WHAT NEEDS TO BE DONE: Print out the full listing below, word for word.

= Beginning of Section =

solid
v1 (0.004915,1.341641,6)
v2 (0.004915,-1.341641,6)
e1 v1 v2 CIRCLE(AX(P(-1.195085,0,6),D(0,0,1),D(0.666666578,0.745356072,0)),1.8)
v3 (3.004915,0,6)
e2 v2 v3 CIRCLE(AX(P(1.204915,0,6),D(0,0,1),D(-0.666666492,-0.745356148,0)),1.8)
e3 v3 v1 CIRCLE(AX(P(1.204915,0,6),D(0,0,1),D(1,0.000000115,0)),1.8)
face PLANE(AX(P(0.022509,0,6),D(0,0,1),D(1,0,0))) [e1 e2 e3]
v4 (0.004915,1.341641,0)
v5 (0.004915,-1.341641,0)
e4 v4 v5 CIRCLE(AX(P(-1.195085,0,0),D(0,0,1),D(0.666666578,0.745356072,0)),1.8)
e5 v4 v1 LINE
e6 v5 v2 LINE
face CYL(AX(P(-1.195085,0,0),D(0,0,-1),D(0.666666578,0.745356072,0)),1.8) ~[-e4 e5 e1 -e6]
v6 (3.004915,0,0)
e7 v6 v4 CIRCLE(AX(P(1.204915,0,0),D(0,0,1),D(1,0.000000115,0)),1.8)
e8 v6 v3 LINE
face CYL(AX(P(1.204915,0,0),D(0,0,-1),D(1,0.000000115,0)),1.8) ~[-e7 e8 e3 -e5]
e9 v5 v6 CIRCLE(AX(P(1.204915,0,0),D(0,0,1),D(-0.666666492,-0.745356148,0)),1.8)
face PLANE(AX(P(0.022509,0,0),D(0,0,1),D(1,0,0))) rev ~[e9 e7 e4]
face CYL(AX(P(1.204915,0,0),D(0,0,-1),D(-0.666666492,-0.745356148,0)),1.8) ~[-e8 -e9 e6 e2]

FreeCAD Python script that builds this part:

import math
import FreeCAD as App
import Part
import Sketcher

V = App.Vector
Q = App.Units.Quantity

doc = App.newDocument("Part")
params = doc.addObject("Spreadsheet::Sheet", "Params")
for row, (alias, value) in enumerate([
    ("sketch1_radius", "1.8 mm"),
    ("pad1_length", "6 mm"),
], start=1):
    params.set(f"A{row}", alias)
    params.set(f"B{row}", "=" + value)
    params.setAlias(f"B{row}", alias)

body = doc.addObject("PartDesign::Body", "Body")

sketch1 = body.newObject("Sketcher::SketchObject", "Sketch")
sketch1.AttachmentSupport = (doc.getObject("XY_Plane"), [""])
sketch1.MapMode = "FlatFace"
sketch1.addGeometry(Part.ArcOfCircle(Part.Circle(V(-1.2, 0, 0), V(0, 0, 1), 1.8), math.radians(48), math.radians(312)), False)
sketch1.addGeometry(Part.ArcOfCircle(Part.Circle(V(1.2, 0, 0), V(0, 0, 1), 1.8), math.radians(-132), math.radians(0)), False)
sketch1.addGeometry(Part.ArcOfCircle(Part.Circle(V(1.2, 0, 0), V(0, 0, 1), 1.8), math.radians(0), math.radians(132)), False)
sketch1.addConstraint(Sketcher.Constraint("Coincident", 0, 2, 1, 1))
sketch1.addConstraint(Sketcher.Constraint("Tangent", 1, 2, 2, 1))
sketch1.addConstraint(Sketcher.Constraint("Coincident", 2, 2, 0, 1))
sketch1.addConstraint(Sketcher.Constraint("Equal", 0, 1))
sketch1.addConstraint(Sketcher.Constraint("Equal", 1, 2))
sketch1.addConstraint(Sketcher.Constraint("Symmetric", 0, 2, 2, 2, -1))
sketch1.addConstraint(Sketcher.Constraint("PointOnObject", 1, 2, -1))
sketch1.addConstraint(Sketcher.Constraint("Radius", 0, Q("1.8 mm")))
sketch1.addConstraint(Sketcher.Constraint("DistanceX", 0, 2, 1, 2, Q("3 mm")))
sketch1.addConstraint(Sketcher.Constraint("DistanceX", 0, 3, -1, 1, Q("1.195085 mm")))
sketch1.setExpression("Constraints[7]", "Params.sketch1_radius")
pad1 = body.newObject("PartDesign::Pad", "Pad")
pad1.Profile = sketch1
pad1.setExpression("Length", "Params.pad1_length")

doc.recompute()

= End of Section =

OUTPUT OF THE EXERCISE:
solid
v1 (0.004915,1.341641,6)
v2 (0.004915,-1.341641,6)
e1 v1 v2 CIRCLE(AX(P(-1.195085,0,6),D(0,0,1),D(0.666666578,0.745356072,0)),1.8)
v3 (3.004915,0,6)
e2 v2 v3 CIRCLE(AX(P(1.204915,0,6),D(0,0,1),D(-0.666666492,-0.745356148,0)),1.8)
e3 v3 v1 CIRCLE(AX(P(1.204915,0,6),D(0,0,1),D(1,0.000000115,0)),1.8)
face PLANE(AX(P(0.022509,0,6),D(0,0,1),D(1,0,0))) [e1 e2 e3]
v4 (0.004915,1.341641,0)
v5 (0.004915,-1.341641,0)
e4 v4 v5 CIRCLE(AX(P(-1.195085,0,0),D(0,0,1),D(0.666666578,0.745356072,0)),1.8)
e5 v4 v1 LINE
e6 v5 v2 LINE
face CYL(AX(P(-1.195085,0,0),D(0,0,-1),D(0.666666578,0.745356072,0)),1.8) ~[-e4 e5 e1 -e6]
v6 (3.004915,0,0)
e7 v6 v4 CIRCLE(AX(P(1.204915,0,0),D(0,0,1),D(1,0.000000115,0)),1.8)
e8 v6 v3 LINE
face CYL(AX(P(1.204915,0,0),D(0,0,-1),D(1,0.000000115,0)),1.8) ~[-e7 e8 e3 -e5]
e9 v5 v6 CIRCLE(AX(P(1.204915,0,0),D(0,0,1),D(-0.666666492,-0.745356148,0)),1.8)
face PLANE(AX(P(0.022509,0,0),D(0,0,1),D(1,0,0))) rev ~[e9 e7 e4]
face CYL(AX(P(1.204915,0,0),D(0,0,-1),D(-0.666666492,-0.745356148,0)),1.8) ~[-e8 -e9 e6 e2]

FreeCAD Python script that builds this part:

import math
import FreeCAD as App
import Part
import Sketcher

V = App.Vector
Q = App.Units.Quantity

doc = App.newDocument("Part")
params = doc.addObject("Spreadsheet::Sheet", "Params")
for row, (alias, value) in enumerate([
    ("sketch1_radius", "1.8 mm"),
    ("pad1_length", "6 mm"),
], start=1):
    params.set(f"A{row}", alias)
    params.set(f"B{row}", "=" + value)
    params.setAlias(f"B{row}", alias)

body = doc.addObject("PartDesign::Body", "Body")

sketch1 = body.newObject("Sketcher::SketchObject", "Sketch")
sketch1.AttachmentSupport = (doc.getObject("XY_Plane"), [""])
sketch1.MapMode = "FlatFace"
sketch1.addGeometry(Part.ArcOfCircle(Part.Circle(V(-1.2, 0, 0), V(0, 0, 1), 1.8), math.radians(48), math.radians(312)), False)
sketch1.addGeometry(Part.ArcOfCircle(Part.Circle(V(1.2, 0, 0), V(0, 0, 1), 1.8), math.radians(-132), math.radians(0)), False)
sketch1.addGeometry(Part.ArcOfCircle(Part.Circle(V(1.2, 0, 0), V(0, 0, 1), 1.8), math.radians(0), math.radians(132)), False)
sketch1.addConstraint(Sketcher.Constraint("Coincident", 0, 2, 1, 1))
sketch1.addConstraint(Sketcher.Constraint("Tangent", 1, 2, 2, 1))
sketch1.addConstraint(Sketcher.Constraint("Coincident", 2, 2, 0, 1))
sketch1.addConstraint(Sketcher.Constraint("Equal", 0, 1))
sketch1.addConstraint(Sketcher.Constraint("Equal", 1, 2))
sketch1.addConstraint(Sketcher.Constraint("Symmetric", 0, 2, 2, 2, -1))
sketch1.addConstraint(Sketcher.Constraint("PointOnObject", 1, 2, -1))
sketch1.addConstraint(Sketcher.Constraint("Radius", 0, Q("1.8 mm")))
sketch1.addConstraint(Sketcher.Constraint("DistanceX", 0, 2, 1, 2, Q("3 mm")))
sketch1.addConstraint(Sketcher.Constraint("DistanceX", 0, 3, -1, 1, Q("1.195085 mm")))
sketch1.setExpression("Constraints[7]", "Params.sketch1_radius")
pad1 = body.newObject("PartDesign::Pad", "Pad")
pad1.Profile = sketch1
pad1.setExpression("Length", "Params.pad1_length")

doc.recompute()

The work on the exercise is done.